SOUTH ASIA VACCINATES
The link between these two models occurs by mapping infection levels to economic consumption levels. To do so, we obtain household-level monthly consumption from January 2018 to October 2020. We regress the percentage decline in consumption relative to average 2019 consumption for the household against an array of fixed effects and indicators for different levels of local infection rates and deaths from official reports. Under the regression’s structure, when COVID-19 cases vanish, average monthly consumption will return to average 2019 levels before growing again. We project household consumption using this regression and forecasts of local infection and death rates from our epidemiological simulations.
The aggregate private benefit for each vaccination policy is calculated in two steps.
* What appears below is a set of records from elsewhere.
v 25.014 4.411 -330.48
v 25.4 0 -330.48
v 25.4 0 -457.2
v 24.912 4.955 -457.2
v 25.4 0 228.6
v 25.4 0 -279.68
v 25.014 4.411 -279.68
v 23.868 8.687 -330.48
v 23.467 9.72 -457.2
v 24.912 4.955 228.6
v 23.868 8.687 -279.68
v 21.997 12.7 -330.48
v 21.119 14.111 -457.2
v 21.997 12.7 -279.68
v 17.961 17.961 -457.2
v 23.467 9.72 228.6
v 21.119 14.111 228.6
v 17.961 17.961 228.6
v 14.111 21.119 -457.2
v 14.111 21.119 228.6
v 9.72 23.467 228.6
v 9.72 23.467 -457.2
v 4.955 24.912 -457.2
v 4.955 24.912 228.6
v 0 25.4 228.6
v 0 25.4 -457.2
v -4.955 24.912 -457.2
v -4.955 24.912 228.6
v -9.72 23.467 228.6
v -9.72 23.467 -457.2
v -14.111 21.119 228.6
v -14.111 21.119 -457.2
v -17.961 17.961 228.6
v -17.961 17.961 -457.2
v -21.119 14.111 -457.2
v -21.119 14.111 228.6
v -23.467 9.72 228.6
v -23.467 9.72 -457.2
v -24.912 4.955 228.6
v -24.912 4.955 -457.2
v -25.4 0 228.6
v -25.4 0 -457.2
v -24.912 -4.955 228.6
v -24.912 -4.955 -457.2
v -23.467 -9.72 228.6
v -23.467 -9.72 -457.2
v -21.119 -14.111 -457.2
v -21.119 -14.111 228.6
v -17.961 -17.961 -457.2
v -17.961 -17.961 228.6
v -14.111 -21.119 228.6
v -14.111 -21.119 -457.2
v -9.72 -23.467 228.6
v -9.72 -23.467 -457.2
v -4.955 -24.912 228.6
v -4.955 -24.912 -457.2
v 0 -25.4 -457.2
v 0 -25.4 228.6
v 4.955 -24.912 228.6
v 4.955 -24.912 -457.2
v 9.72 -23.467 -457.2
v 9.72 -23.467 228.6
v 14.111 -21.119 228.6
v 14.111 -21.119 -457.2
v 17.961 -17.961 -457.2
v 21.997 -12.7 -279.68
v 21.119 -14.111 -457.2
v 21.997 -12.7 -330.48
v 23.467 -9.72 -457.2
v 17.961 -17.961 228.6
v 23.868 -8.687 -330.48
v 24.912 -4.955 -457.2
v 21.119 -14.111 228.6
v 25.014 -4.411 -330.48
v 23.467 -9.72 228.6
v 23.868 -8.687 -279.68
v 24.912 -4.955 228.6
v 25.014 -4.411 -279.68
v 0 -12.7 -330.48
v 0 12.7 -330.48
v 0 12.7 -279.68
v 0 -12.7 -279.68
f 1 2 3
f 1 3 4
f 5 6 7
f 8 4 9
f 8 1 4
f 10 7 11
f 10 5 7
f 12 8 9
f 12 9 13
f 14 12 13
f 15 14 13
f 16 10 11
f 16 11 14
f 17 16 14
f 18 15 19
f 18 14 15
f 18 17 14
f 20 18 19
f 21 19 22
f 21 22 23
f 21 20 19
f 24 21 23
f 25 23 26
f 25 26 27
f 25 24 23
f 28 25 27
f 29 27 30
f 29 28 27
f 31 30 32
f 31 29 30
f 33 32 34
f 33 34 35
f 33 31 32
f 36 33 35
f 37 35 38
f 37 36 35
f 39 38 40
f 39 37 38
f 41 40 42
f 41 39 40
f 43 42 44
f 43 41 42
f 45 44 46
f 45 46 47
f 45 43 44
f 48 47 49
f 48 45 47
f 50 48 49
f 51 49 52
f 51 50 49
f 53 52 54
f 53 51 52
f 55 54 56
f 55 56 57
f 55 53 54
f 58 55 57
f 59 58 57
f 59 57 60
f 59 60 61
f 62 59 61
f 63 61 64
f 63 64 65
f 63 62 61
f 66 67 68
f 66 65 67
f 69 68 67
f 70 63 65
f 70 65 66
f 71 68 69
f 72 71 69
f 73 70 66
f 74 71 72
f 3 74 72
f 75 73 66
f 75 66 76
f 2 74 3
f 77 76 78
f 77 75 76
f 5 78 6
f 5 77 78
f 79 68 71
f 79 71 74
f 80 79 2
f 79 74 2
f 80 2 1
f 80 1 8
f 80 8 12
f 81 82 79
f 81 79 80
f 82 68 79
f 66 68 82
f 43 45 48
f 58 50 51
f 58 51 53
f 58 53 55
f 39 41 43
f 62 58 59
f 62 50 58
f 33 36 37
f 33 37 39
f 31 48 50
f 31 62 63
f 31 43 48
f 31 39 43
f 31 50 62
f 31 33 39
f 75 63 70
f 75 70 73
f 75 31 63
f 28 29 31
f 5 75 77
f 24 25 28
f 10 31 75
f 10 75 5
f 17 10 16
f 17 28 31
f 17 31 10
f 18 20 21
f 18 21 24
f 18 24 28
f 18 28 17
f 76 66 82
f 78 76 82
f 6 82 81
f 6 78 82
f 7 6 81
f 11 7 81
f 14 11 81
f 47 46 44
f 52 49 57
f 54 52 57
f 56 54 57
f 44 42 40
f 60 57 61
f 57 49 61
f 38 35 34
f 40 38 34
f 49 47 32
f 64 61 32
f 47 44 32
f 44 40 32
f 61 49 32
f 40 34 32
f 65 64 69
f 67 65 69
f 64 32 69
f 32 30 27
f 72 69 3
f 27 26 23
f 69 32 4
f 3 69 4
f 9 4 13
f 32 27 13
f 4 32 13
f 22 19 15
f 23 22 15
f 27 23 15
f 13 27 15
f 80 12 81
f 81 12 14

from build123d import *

# Parameters (mm, degrees)
F0_R     = 25.4
F1_DEPTH = 228.6
F2_DEPTH = 457.2
F5_W     = 25.4
F5_H     = 50.8
F6_DEPTH = 25.4


with BuildPart() as f1:
    # F0 (on Top) → F1 (new body)
    with BuildSketch(Plane.XY):
        Circle(F0_R)
    extrude(amount=F1_DEPTH)

    # F0 (on Top) → F2 (join)
    with BuildSketch(Plane.XY):
        Circle(F0_R)
    extrude(amount=-F2_DEPTH)

    # F5 (on face) → F6 (cut)
    with BuildSketch(Plane.YZ.offset(25.4)):
        with Locations((0, -305.080473)):
            Rectangle(F5_W, F5_H)
    extrude(amount=-F6_DEPTH, mode=Mode.SUBTRACT)


solid = f1.part
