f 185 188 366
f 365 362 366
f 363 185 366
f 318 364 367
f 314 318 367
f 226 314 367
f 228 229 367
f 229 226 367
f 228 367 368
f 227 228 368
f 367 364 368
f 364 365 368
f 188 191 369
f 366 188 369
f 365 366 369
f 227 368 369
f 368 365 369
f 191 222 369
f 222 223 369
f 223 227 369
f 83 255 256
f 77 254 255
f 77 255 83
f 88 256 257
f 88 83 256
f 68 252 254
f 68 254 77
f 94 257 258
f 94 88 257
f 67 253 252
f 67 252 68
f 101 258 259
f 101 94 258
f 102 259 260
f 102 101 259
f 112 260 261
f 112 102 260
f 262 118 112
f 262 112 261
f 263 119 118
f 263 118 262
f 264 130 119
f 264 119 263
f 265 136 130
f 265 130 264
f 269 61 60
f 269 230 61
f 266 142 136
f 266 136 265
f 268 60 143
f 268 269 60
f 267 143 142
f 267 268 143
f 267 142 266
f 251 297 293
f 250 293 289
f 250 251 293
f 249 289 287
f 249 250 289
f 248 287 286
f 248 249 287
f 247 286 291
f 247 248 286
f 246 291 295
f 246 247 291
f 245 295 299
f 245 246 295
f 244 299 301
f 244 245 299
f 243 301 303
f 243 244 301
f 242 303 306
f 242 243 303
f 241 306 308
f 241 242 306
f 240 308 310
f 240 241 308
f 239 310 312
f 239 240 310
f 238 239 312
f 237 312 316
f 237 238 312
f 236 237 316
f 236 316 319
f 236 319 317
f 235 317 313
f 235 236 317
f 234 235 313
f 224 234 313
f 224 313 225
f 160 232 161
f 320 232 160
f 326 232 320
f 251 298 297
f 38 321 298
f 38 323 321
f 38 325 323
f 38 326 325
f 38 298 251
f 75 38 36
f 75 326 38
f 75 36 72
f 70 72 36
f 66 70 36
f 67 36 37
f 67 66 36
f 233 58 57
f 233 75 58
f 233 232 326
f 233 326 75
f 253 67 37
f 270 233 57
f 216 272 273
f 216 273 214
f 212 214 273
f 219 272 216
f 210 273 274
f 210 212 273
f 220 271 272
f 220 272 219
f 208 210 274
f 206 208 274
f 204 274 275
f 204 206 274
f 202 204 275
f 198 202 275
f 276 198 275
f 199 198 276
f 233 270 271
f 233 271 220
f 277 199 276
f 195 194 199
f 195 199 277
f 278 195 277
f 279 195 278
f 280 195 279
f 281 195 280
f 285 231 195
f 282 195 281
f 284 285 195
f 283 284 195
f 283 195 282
First, for an individual in a given age category and district, we estimate the benefit from (a) getting a vaccine that is 70 percent effective (similar to the Asta Zeneca vaccine approved in India) and (b) living under the vaccination policy even though one is not personally vaccinated. In each scenario, daily age- and location-specific survival probabilities are obtained from epidemic simulations. Analog daily consumption is obtained from the consumption forecast with the additional assumption that, if one is personally vaccinated, per capita consumption returns to 2019 levels. Second, the average per capita private benefit is a weighted average of age-specific benefits, where the weights are the share of the local population in each age category.
When employing the economic model for valuation, we separate value into age-specific direct benefits to the target person being vaccinated (based on the probability of dying if infected and life years lost as a result) and age-specific indirect benefits or externalities to persons who avoided infection from the target person (based on economic recovery). To estimate the indirect benefits of vaccinating a person in a given age category, we take two steps. First, we project the daily reproductive rate of the epidemic in each age group. Second, we determine the share of each age group’s projected infections that are due to every other age group using the India and COVID-specific contact matrix from a contact-tracing study of two Indian states. Third, we allocate the aggregate private benefit of avoiding each day’s infections to each age group based on the last step.
Note: this box is based on Malani et al (2021).